### WHAT YOU ARE ASKED TO DO
Once the line containing "f 132 131 64" is found in the entries below, restate it and each following line word for word, stopping after the line containing "f 82 115 83".

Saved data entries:
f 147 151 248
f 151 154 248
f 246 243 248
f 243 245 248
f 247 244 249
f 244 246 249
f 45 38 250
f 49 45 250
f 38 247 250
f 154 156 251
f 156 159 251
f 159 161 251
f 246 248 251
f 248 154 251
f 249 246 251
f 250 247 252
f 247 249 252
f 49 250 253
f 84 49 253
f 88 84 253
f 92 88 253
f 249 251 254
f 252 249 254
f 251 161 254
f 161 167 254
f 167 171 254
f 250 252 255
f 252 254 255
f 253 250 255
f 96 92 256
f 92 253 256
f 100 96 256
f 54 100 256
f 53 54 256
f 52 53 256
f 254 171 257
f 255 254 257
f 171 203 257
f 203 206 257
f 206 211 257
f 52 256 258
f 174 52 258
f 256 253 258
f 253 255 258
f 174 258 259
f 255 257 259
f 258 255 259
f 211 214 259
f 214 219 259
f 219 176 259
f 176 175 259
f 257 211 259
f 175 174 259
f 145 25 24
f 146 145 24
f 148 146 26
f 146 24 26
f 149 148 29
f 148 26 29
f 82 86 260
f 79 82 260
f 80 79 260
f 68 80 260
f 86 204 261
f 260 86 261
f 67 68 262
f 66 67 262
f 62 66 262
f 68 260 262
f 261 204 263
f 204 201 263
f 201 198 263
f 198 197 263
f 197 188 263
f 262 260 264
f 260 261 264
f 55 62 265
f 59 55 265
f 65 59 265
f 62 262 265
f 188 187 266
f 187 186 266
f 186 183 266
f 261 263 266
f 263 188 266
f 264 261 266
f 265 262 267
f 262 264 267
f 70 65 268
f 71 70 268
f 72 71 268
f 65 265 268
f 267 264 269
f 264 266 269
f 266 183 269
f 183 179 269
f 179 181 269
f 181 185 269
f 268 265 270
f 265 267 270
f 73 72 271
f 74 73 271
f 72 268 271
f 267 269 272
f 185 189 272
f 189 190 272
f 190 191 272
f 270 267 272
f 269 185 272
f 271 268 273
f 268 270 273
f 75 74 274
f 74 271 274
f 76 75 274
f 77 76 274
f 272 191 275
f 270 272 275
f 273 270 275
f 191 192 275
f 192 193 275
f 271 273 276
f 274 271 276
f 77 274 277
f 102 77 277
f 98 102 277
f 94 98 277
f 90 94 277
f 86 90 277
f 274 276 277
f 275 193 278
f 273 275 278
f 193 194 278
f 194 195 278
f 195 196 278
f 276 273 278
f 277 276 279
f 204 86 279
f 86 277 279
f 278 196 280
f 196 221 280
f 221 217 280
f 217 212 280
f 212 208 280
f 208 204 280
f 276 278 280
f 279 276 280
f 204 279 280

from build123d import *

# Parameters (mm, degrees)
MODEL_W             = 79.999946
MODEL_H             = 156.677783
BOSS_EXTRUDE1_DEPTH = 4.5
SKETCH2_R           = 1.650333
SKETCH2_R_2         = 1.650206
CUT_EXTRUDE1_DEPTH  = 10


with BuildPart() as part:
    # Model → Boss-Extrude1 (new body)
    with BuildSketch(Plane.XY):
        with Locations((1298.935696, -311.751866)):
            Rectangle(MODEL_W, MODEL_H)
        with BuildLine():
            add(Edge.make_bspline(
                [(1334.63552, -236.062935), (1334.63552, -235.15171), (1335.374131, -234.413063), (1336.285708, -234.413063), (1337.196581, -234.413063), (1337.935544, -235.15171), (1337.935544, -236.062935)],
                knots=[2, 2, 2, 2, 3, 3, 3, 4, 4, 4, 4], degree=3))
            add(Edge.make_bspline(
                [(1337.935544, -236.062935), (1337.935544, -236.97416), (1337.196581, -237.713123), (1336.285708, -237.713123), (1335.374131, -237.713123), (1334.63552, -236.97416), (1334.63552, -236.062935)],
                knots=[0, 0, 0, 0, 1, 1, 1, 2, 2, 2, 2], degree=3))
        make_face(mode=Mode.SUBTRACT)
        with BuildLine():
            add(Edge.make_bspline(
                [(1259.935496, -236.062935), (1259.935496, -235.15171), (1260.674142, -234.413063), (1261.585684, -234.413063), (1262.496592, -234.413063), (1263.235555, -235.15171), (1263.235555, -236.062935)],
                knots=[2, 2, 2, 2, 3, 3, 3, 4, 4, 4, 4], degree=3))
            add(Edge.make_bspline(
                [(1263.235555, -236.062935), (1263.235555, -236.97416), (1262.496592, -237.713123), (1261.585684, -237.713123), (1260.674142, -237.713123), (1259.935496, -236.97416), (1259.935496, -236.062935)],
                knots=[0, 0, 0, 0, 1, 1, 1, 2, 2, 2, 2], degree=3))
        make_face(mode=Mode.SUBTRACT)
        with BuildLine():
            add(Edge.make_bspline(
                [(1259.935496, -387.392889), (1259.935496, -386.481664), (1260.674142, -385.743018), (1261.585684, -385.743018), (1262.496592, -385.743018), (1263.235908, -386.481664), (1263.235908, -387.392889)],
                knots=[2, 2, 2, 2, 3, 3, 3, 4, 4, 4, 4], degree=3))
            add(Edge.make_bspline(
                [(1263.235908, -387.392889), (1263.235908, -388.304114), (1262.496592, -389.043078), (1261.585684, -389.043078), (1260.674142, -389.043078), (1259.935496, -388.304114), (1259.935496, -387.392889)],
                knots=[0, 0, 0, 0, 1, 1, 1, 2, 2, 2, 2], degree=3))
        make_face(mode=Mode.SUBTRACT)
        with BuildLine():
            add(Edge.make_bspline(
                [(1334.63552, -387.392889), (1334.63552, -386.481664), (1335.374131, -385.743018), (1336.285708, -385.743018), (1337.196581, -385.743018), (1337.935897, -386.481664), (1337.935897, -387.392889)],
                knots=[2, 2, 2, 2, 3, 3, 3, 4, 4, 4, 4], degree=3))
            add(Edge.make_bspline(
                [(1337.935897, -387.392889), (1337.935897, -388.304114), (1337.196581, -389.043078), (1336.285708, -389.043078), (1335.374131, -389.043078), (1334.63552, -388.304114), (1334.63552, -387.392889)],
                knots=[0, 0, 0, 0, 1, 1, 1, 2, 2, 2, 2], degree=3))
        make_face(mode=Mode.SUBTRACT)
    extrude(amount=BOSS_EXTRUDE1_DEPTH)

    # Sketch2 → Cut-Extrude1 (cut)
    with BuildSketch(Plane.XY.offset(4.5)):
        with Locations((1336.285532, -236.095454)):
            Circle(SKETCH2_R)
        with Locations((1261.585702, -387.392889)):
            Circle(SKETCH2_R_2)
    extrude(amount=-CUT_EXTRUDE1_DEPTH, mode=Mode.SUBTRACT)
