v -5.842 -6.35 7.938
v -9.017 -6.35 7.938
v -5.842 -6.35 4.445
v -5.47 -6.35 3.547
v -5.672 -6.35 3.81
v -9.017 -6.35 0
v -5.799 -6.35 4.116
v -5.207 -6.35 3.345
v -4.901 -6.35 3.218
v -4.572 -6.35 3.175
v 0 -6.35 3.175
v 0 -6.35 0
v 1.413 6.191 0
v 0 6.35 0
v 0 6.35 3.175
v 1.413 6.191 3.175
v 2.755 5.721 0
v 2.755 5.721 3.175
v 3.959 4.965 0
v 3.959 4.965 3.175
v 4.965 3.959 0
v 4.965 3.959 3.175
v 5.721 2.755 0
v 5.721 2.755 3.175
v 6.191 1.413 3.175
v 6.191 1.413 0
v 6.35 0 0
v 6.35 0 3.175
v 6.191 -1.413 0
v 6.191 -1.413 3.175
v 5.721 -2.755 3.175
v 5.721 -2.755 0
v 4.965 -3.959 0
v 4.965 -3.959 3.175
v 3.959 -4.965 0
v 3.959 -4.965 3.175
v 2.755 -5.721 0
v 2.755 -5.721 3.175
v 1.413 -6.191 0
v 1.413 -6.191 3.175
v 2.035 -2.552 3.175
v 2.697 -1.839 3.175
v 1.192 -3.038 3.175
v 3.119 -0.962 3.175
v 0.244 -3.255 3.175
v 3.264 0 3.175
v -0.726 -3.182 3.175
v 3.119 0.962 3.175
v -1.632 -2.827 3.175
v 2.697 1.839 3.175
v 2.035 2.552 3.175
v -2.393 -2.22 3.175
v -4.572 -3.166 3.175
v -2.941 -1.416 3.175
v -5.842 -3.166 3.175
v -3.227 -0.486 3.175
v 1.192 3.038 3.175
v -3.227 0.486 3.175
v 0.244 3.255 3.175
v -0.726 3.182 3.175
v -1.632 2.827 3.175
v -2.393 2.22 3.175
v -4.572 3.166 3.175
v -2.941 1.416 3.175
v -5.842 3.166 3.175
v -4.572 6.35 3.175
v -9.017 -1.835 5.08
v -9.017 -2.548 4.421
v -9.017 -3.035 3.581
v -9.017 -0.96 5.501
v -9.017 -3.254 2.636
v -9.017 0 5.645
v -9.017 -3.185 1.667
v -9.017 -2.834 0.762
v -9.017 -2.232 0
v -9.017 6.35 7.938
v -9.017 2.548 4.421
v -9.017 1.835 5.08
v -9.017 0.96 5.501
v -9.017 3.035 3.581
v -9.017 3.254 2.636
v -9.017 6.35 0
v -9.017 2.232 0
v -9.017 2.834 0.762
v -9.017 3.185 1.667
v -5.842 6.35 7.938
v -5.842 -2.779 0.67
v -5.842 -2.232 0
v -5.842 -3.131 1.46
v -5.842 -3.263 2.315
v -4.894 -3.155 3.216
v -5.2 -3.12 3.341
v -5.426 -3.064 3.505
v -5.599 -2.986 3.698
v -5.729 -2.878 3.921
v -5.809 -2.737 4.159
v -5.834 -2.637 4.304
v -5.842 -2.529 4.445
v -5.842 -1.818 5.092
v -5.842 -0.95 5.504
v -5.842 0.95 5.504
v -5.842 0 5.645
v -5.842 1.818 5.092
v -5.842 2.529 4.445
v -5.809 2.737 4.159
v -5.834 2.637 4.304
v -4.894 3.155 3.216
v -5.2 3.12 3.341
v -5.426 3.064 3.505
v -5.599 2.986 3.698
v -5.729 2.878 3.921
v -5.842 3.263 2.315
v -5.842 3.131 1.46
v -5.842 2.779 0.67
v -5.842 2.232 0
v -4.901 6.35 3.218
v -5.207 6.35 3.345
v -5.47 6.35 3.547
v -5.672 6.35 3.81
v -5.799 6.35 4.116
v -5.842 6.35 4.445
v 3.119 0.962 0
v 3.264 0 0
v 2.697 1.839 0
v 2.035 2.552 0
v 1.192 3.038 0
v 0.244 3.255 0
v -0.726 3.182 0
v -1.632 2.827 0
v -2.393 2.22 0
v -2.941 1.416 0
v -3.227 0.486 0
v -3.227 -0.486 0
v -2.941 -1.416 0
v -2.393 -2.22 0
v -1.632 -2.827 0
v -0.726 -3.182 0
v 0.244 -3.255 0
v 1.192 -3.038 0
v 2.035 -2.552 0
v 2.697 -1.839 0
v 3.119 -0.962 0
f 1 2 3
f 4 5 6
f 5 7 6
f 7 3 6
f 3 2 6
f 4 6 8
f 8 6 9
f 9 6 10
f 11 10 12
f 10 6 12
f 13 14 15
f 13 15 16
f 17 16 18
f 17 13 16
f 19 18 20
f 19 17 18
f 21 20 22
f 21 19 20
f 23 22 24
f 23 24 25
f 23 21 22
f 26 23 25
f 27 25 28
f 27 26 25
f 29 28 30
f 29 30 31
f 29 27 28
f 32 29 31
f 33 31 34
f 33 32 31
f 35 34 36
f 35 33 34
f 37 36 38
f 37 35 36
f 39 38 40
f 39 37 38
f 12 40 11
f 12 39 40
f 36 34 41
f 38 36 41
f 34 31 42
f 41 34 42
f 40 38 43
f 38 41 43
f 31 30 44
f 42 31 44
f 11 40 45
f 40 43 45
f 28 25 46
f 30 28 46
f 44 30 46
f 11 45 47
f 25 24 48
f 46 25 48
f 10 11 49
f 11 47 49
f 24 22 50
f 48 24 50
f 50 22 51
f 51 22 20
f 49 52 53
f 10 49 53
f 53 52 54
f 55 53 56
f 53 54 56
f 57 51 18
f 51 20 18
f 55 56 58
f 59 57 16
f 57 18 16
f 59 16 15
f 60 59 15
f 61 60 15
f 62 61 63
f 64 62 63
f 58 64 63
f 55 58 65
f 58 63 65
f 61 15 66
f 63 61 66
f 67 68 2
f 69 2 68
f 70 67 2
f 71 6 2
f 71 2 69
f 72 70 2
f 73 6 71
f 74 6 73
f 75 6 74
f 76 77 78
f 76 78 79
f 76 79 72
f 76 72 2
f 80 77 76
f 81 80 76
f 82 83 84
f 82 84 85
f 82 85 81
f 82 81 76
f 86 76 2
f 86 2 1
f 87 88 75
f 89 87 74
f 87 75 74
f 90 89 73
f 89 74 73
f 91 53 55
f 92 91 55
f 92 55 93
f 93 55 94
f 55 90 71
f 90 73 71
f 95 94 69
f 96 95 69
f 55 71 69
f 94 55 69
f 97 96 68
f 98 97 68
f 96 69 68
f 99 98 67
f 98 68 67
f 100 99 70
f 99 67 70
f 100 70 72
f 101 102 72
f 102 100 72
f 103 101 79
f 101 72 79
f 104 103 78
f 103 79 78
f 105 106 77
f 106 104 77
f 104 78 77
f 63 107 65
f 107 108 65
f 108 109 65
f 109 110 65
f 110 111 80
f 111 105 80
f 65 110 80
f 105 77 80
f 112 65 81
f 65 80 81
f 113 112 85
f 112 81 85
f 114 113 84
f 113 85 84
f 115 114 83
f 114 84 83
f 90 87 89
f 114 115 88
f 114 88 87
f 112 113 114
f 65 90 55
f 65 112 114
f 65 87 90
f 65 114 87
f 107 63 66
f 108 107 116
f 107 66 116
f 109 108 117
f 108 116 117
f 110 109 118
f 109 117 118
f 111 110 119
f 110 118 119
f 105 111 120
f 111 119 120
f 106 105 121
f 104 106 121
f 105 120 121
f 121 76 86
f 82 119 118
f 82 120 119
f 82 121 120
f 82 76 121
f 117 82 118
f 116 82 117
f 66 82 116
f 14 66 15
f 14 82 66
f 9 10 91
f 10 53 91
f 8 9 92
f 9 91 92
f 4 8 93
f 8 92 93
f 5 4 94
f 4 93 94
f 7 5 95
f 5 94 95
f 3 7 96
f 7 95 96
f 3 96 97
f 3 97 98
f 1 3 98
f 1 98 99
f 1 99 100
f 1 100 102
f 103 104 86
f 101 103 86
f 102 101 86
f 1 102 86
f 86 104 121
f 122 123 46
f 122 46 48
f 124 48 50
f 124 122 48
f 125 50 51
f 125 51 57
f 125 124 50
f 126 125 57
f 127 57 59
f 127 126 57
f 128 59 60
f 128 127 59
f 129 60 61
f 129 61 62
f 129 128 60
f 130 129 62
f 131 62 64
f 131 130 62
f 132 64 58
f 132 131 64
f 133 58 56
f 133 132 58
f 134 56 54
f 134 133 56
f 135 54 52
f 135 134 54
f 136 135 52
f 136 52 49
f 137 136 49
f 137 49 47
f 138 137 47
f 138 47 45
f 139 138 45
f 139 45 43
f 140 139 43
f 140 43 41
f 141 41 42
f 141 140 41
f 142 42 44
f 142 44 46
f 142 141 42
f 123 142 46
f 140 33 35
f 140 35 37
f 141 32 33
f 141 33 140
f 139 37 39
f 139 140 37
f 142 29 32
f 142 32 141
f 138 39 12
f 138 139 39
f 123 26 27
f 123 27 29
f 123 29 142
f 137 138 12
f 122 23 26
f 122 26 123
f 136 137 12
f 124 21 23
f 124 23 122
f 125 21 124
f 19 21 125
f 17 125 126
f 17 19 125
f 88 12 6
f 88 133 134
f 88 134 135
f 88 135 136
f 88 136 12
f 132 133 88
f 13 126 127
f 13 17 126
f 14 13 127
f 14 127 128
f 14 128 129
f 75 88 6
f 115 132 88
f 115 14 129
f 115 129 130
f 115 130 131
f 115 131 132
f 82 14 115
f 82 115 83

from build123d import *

# Parameters (mm, degrees)
SKETCH1_R           = 3.2639
BOSS_EXTRUDE1_DEPTH = 3.175
SKETCH2_W           = 3.175
SKETCH2_H           = 12.7
BOSS_EXTRUDE2_DEPTH = 4.7625
SKETCH3_R           = 3.2639
CUT_EXTRUDE1_DEPTH  = 3.175
FILLET2_R           = 1.27


with BuildPart() as part:
    # Sketch1 → Boss-Extrude1 (new body)
    with BuildSketch(Plane.XY):
        with BuildLine():
            ThreePointArc((0, 6.35), (6.35, 0), (0, -6.35))
            Line((0, -6.35), (-9.017, -6.35))
            Line((-9.017, -6.35), (-9.017, 6.35))
            Line((-9.017, 6.35), (0, 6.35))
        make_face()
        Circle(SKETCH1_R, mode=Mode.SUBTRACT)
    extrude(amount=BOSS_EXTRUDE1_DEPTH)

    # Sketch2 → Boss-Extrude2 (add)
    with BuildSketch(Plane.XY.offset(3.175)):
        with Locations((-7.4295, 0)):
            Rectangle(SKETCH2_W, SKETCH2_H)
    extrude(amount=BOSS_EXTRUDE2_DEPTH)

    # Sketch3 → Cut-Extrude1 (cut)
    with BuildSketch(Plane.ZY.offset(9.017)):
        with Locations((2.38125, 0)):
            Circle(SKETCH3_R)
    extrude(amount=-CUT_EXTRUDE1_DEPTH, mode=Mode.SUBTRACT)

    # Fillet2
    fillet2_edges = [part.edges().sort_by_distance(p)[0] for p in [
        (-5.842, -4.757956423, 3.175),
        (-5.842, 4.757956423, 3.175),
    ]]
    fillet(fillet2_edges, radius=FILLET2_R)


solid = part.part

### FINISHED EXERCISE
f 132 131 64
f 133 58 56
f 133 132 58
f 134 56 54
f 134 133 56
f 135 54 52
f 135 134 54
f 136 135 52
f 136 52 49
f 137 136 49
f 137 49 47
f 138 137 47
f 138 47 45
f 139 138 45
f 139 45 43
f 140 139 43
f 140 43 41
f 141 41 42
f 141 140 41
f 142 42 44
f 142 44 46
f 142 141 42
f 123 142 46
f 140 33 35
f 140 35 37
f 141 32 33
f 141 33 140
f 139 37 39
f 139 140 37
f 142 29 32
f 142 32 141
f 138 39 12
f 138 139 39
f 123 26 27
f 123 27 29
f 123 29 142
f 137 138 12
f 122 23 26
f 122 26 123
f 136 137 12
f 124 21 23
f 124 23 122
f 125 21 124
f 19 21 125
f 17 125 126
f 17 19 125
f 88 12 6
f 88 133 134
f 88 134 135
f 88 135 136
f 88 136 12
f 132 133 88
f 13 126 127
f 13 17 126
f 14 13 127
f 14 127 128
f 14 128 129
f 75 88 6
f 115 132 88
f 115 14 129
f 115 129 130
f 115 130 131
f 115 131 132
f 82 14 115
f 82 115 83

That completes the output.